Due to this wave of arrests, the Legionary movement lacked its entire senior leadership and was now unable to function. Thus, new leaders came to power, including Horia Sima, Cantacuzino, and Vasile Cristescu. Sima, who had been serving as a provincial leader, replaced Codreanu in the hierarchy of leadership, organizing a "Persecution Command" ("Comandament de prigoană"). Sima then reorganized the movement, limiting the number of a "nest" (the term used for a local Legionary outpost or club) to 5 members and giving each nest greater autonomy and ability to launch actions. Thus, within a few months following the April 1938 wave of arrests, Legionary nests were able to organize under conditions of secrecy, launching a number of manifestos and publications against Armand Călinescu and Prime Minister Nicolae Iorga, who they saw as responsible for the conviction of Codreanu. Publications such as "The Truth About the Trial of Corneliu Z. Codreanu, May 1938" and manifestos against the Royal Dictatorship were also printed, with Sima's Persecution Command directly addressing letters to the authorities.

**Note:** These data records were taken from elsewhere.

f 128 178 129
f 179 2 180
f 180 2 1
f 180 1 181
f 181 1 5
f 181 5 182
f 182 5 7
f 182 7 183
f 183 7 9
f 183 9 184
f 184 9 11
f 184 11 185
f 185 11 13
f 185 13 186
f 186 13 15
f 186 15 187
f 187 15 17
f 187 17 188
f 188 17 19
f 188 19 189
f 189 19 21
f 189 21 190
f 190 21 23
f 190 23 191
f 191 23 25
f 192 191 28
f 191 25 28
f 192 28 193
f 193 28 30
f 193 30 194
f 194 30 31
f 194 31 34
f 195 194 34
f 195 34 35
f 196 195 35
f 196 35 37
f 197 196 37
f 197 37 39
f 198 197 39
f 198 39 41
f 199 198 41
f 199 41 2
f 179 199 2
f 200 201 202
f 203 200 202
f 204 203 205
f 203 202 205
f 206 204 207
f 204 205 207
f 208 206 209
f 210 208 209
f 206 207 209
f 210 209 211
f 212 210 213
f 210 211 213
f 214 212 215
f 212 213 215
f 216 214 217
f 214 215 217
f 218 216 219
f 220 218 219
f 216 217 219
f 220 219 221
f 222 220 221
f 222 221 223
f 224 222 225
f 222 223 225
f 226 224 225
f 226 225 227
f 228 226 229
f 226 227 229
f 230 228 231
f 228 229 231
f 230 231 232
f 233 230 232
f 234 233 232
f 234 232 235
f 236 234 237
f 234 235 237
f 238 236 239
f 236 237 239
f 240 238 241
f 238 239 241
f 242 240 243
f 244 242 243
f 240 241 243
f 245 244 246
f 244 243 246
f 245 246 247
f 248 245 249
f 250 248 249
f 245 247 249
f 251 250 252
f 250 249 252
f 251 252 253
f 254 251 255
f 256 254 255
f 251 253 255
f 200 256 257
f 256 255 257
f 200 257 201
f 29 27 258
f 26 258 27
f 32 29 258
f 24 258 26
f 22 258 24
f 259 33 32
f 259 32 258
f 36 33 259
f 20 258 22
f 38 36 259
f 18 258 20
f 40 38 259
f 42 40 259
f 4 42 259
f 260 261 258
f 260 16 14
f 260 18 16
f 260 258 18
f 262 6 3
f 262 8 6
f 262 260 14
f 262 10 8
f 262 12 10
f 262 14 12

On 13 October 1938, Alexandru Cantacuzino released a circular declaring that "the Legionary Movement is determined to put an end to Mr. Călinescu's fearlessness". A pamphlet, entitled "Look at These Three" ("Priviți pe acești trei") followed, directly attacking Carol II, Elena Lupescu, and her father. Another manifesto followed, commanding Carol II to "reconcile with the Romanian Nation", lest the Legionaries "find another solution to the open problem". In his later memoirs, Horia Sima noted that these manifestos received greater recognition as they were personally signed by Legionary leaders.

During this time, Cantacuzino began to plot to overthrow Carol II, a plan later modified and realized by Horia Sima.

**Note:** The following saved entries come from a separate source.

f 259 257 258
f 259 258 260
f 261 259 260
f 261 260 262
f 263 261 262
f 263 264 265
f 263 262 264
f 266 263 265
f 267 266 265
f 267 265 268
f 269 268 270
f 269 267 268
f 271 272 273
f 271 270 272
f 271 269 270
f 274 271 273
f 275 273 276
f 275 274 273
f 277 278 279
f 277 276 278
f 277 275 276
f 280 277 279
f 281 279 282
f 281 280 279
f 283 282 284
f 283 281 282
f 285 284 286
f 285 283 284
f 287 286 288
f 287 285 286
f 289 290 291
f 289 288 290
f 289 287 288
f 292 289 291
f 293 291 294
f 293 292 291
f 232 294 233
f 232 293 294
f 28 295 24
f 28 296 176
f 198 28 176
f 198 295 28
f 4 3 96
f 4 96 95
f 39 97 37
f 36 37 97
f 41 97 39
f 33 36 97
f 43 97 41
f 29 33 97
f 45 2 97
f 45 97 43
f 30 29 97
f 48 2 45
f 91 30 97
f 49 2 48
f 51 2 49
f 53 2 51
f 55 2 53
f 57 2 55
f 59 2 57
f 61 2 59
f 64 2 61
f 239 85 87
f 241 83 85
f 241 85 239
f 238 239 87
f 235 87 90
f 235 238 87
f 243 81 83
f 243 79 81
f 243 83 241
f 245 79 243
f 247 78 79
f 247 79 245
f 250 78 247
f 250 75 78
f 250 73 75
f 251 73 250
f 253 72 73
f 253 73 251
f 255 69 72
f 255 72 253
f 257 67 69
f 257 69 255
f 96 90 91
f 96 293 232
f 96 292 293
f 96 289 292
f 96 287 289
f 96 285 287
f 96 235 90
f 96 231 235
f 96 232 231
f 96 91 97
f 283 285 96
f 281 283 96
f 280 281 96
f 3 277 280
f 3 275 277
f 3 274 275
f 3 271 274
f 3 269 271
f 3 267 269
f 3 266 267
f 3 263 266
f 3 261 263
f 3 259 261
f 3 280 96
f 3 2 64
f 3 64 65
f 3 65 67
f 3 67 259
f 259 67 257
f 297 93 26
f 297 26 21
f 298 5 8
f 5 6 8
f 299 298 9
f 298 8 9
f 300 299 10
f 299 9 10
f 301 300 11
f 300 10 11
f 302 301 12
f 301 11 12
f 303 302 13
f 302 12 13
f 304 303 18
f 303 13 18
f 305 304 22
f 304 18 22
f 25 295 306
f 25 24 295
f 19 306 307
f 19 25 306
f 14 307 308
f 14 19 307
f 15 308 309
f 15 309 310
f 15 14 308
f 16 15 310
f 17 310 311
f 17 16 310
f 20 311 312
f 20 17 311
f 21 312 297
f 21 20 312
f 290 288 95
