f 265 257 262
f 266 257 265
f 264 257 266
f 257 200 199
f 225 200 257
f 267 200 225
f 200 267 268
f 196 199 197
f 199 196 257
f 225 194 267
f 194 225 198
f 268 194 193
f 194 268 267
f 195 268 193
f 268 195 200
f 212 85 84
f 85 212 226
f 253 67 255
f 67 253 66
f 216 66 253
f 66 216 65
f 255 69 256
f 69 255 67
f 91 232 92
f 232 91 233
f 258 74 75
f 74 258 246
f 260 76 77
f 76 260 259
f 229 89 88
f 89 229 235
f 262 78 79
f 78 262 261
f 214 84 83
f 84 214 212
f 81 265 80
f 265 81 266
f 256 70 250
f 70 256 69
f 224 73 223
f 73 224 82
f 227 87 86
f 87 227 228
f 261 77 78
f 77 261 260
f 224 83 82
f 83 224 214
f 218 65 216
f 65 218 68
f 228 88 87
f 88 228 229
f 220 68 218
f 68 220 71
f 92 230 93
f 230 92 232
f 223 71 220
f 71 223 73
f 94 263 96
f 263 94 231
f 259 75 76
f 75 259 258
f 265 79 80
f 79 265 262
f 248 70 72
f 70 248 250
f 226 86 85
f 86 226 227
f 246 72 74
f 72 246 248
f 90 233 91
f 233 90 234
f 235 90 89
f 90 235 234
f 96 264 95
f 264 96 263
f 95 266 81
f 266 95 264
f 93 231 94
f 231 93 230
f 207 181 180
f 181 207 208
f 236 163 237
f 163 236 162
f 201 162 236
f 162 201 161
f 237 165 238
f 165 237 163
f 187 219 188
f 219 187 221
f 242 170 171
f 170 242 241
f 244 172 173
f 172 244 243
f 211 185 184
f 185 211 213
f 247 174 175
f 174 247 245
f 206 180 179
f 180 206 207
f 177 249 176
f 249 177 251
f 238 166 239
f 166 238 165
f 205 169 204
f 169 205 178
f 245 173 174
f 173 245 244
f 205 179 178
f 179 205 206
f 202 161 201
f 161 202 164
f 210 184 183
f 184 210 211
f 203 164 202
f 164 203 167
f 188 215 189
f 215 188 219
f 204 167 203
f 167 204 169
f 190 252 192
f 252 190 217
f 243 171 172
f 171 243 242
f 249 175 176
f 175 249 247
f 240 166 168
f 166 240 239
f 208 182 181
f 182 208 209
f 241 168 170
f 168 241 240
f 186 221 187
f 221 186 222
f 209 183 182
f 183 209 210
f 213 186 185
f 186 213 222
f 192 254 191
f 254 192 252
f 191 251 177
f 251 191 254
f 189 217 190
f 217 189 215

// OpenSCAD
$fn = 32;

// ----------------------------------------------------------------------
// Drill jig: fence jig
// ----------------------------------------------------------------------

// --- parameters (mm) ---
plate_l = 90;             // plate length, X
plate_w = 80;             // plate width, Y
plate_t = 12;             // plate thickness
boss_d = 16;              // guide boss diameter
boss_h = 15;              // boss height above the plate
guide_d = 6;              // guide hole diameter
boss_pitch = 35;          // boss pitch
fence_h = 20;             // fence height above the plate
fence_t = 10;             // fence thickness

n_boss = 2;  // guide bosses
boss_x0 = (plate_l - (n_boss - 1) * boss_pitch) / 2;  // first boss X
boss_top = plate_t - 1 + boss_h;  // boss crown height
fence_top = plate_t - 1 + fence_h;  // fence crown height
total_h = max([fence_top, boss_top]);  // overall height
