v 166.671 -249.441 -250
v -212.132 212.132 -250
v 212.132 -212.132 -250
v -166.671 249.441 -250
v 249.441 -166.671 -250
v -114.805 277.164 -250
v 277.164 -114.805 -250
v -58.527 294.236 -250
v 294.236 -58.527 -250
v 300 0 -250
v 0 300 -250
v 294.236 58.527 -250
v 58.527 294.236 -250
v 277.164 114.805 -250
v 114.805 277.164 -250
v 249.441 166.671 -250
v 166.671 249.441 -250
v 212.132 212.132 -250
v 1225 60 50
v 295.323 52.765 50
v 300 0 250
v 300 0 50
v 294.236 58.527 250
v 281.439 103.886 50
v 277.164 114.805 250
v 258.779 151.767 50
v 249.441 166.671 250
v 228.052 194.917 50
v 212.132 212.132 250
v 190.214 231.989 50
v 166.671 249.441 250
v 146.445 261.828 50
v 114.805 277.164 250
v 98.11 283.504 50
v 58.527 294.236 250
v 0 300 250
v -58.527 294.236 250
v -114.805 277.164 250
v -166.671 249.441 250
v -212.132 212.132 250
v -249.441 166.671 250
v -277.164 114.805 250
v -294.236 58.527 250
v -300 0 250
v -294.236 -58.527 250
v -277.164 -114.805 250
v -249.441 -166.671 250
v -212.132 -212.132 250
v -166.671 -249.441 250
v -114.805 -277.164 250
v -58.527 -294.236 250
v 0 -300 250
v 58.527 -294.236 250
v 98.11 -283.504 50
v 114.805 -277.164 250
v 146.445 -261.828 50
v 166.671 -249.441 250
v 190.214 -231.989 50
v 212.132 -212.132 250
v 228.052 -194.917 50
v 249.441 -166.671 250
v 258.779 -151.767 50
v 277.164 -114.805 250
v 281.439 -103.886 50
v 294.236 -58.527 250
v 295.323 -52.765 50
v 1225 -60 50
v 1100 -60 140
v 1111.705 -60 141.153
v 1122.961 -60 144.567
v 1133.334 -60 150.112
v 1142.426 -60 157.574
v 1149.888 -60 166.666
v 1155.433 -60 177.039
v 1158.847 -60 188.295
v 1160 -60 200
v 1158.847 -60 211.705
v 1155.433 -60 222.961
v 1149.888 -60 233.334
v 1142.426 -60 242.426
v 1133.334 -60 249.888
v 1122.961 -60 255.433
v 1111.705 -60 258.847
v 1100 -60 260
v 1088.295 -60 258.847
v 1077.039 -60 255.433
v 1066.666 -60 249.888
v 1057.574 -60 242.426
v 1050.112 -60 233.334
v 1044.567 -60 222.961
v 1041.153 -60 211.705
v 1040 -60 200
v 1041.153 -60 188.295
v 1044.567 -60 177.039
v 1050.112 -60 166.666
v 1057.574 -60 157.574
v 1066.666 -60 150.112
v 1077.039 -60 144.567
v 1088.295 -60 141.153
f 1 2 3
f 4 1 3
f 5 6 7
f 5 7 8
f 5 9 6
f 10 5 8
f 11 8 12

On 28 October 1938, Cantacuzino was arrested while walking through Bucharest disguised as an officer. He was imprisoned in the Râmnicu Sărat Prison along with the Legionary leaders convicted in the trial of 25 July 1938, namely Gheorghe Clime, Mihail Polihroniade, Traian Cotigă, and Șerban Milcoveanu, among others.

===Death===
After refusing to sign a declaration of submission and allegiance to the authorities, Cantacuzino was shot on the night of 21–22 September 1939. The remaining Legionary leaders imprisoned in Râmnicu Sărat were also shot, including Gheorghe Clime, Aurel Serafim, Nicolae Totu, Gheorghe Istrate, Sima Simulescu, Cristian Tell, Gheorghe Furdui, Mihail Polihroniade, Paul Craja, and Gheorghe Apostolescu. The list of those to be shot was reportedly drawn up by Armand Călinescu, alongside police prefect Gavrilă Marinescu and Mihail Moruzov, the Romanian intelligence director. Alexandru Cantacuzino was buried in the Legionary Cemetery in Predeal.

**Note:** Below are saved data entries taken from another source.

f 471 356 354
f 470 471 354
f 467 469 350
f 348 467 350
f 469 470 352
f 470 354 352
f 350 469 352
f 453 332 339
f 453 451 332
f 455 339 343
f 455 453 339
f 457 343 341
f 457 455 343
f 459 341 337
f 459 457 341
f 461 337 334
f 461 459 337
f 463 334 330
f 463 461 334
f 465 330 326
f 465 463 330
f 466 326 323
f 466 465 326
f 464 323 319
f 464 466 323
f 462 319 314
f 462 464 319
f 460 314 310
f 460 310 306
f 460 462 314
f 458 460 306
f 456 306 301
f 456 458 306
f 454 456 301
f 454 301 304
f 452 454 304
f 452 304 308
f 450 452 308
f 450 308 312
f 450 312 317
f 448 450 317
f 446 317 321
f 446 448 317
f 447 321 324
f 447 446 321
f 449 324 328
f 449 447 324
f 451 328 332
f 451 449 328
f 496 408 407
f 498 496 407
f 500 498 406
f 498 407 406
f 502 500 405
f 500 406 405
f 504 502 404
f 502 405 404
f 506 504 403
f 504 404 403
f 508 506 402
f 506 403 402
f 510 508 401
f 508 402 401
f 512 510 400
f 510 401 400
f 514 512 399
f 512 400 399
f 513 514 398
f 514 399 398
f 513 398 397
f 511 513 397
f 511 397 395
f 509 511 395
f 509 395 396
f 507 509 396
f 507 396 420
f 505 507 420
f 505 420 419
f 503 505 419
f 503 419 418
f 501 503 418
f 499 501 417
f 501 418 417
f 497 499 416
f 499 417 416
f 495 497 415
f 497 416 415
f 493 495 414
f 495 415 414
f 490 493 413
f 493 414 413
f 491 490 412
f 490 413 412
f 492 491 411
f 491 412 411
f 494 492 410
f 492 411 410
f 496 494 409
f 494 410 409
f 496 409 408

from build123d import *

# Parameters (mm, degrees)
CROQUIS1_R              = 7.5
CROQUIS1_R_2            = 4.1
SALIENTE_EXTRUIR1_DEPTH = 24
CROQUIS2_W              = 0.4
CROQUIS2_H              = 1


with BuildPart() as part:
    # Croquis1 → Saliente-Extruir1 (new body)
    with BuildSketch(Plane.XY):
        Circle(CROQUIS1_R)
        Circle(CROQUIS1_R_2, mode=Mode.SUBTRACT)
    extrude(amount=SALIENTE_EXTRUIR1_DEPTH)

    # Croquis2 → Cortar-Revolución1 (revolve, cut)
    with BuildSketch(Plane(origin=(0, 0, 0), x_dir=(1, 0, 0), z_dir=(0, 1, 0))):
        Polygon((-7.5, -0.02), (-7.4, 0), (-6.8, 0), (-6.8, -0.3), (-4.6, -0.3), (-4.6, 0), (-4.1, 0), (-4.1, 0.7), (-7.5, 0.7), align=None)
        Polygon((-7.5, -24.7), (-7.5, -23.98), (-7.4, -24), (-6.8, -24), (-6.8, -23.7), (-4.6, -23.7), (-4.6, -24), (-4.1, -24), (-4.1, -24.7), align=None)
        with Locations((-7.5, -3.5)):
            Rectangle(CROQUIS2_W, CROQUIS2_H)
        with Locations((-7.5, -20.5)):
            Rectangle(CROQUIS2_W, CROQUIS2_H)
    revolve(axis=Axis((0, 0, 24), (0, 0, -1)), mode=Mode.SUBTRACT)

Following the rise to power of Ion Antonescu and Horia Sima on 14 September 1940 (a regime known as the National Legionary State), the 1938 arrest and trial was revised by Decision no. 4 of 21 November 1940 of the Commission for the Review of Political Processes, at which point 19 Legionary leaders, including Alexandru Cantacuzino (second on the list), were acquitted of their sentences.